But if we accept the computer scientist’s view that a simple brute-force program can be considered a type of intelligence, what else qualifies? AI is a relatively young field and one still evolving, so there is not a unanimous definition. The emerging consensus, supported by Goertzel and other researchers and put forth in the widely used textbook Artificial Intelligence: A Modern Approach, divides AI into three levels, each one paving the way for the next. The first category is artificial narrow intelligence (ANI), which includes the computer programs we have today. Deep Blue is ANI because it performs a specific, narrow task. If you want to see ANI in action, turn on your computer. Go to Amazon.com, log into your account, and scroll down the page. You’ll find sections labeled “Inspired by your shopping trends” and “Recommendation for you.” You probably haven’t searched for any of the items suggested, but they eerily reflect your purchasing habits on Amazon. Did you recently buy new rain boots? Amazon might suggest ordering an umbrella. Did you briefly consider getting a treadmill? Amazon could recommend a series of dieting books instead. It is constantly collecting data and learning more about you and everyone else who has searched for anything on its website.
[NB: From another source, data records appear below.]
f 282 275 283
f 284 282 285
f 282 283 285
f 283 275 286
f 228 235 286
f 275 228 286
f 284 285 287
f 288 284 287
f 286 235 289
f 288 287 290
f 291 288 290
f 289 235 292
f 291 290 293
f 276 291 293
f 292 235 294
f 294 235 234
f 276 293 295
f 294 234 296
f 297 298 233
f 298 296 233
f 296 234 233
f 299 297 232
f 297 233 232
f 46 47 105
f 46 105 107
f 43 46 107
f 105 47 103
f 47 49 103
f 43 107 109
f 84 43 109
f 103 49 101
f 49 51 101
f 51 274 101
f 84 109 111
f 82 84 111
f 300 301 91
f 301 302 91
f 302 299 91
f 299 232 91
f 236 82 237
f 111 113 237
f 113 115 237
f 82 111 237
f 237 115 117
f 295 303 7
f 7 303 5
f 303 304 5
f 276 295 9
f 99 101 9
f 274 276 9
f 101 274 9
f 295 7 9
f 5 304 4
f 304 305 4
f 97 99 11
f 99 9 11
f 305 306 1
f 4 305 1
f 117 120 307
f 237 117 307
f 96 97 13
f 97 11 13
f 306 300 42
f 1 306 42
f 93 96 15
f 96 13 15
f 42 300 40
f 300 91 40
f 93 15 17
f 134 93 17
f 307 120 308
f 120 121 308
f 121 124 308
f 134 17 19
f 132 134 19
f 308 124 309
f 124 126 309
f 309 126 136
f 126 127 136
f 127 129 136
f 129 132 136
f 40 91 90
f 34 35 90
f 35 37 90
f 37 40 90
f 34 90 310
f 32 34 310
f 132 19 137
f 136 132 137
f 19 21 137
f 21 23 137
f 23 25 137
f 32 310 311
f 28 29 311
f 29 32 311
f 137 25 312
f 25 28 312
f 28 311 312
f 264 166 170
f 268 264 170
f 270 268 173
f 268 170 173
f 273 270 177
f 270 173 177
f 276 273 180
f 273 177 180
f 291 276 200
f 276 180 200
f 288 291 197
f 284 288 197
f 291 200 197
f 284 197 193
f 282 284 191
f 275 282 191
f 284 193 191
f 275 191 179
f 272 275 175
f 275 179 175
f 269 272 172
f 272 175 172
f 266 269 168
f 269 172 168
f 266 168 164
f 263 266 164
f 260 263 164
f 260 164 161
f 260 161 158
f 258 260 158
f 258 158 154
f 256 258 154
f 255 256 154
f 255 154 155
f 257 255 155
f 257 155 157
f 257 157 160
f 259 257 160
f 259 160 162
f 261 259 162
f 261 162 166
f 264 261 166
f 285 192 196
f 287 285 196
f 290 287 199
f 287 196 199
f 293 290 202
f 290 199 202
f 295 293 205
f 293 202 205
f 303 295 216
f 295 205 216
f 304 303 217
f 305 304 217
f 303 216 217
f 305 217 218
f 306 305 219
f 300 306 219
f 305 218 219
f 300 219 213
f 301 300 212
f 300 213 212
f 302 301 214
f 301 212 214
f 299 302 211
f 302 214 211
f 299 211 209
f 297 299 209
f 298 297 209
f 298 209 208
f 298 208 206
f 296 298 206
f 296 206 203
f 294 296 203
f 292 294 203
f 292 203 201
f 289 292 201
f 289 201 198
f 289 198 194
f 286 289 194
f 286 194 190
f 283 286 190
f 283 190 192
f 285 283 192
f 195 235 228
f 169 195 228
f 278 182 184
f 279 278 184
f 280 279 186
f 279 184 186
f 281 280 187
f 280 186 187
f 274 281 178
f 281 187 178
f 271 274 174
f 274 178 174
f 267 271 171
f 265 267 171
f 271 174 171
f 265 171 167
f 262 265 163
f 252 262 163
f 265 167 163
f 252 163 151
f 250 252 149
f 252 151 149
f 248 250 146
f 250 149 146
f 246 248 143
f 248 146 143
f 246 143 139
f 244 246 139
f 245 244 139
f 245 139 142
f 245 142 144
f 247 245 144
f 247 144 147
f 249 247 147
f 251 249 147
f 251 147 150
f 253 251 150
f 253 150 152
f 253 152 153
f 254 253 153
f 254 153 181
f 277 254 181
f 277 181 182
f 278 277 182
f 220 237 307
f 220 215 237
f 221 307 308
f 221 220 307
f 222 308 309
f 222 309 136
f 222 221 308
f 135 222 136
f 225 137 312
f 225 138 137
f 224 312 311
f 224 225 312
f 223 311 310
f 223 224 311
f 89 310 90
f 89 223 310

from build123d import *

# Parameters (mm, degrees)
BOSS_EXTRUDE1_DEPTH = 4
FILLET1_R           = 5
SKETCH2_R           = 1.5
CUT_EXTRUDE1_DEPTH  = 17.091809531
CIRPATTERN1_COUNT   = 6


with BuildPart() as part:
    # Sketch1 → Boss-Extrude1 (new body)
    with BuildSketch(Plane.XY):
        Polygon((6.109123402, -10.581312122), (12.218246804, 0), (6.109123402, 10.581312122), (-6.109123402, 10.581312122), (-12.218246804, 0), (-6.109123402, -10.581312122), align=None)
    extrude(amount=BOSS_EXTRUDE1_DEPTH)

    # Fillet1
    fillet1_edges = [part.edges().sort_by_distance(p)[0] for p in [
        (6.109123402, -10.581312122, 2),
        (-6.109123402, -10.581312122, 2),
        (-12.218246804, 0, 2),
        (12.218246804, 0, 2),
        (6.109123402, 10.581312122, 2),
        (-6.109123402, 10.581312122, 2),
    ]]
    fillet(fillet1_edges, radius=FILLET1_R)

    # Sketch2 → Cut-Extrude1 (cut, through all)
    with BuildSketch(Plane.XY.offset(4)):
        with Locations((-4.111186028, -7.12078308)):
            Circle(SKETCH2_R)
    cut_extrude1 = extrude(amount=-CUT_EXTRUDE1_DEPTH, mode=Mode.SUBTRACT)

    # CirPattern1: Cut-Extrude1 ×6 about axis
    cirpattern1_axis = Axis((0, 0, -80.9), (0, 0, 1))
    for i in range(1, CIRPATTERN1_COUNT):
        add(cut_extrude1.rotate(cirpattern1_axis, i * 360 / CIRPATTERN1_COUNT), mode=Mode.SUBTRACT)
The next level of AI is called artificial general intelligence, or AGI. This is what many of us first imagine when we think of AI, but no one has managed to accomplish it yet. In theory AGI would be a program that could learn to complete any task. After Deep Blue defeated Kasparov, imagine its programmers then asking it to identify someone’s face in a photograph. That is AGI, a machine with the flexibility and ingenuity of a human brain.

The final level of AI is artificial superintelligence (ASI). Any computer program that is all-around smarter than a human qualifies as ASI, although we can’t truly know what that program might look like. The theory goes that once software is slightly more intelligent than us, it will be able to exponentially improve itself until it is infinitely more intelligent than us, an event dubbed the singularity by computer scientist and futurist Ray Kurzweil.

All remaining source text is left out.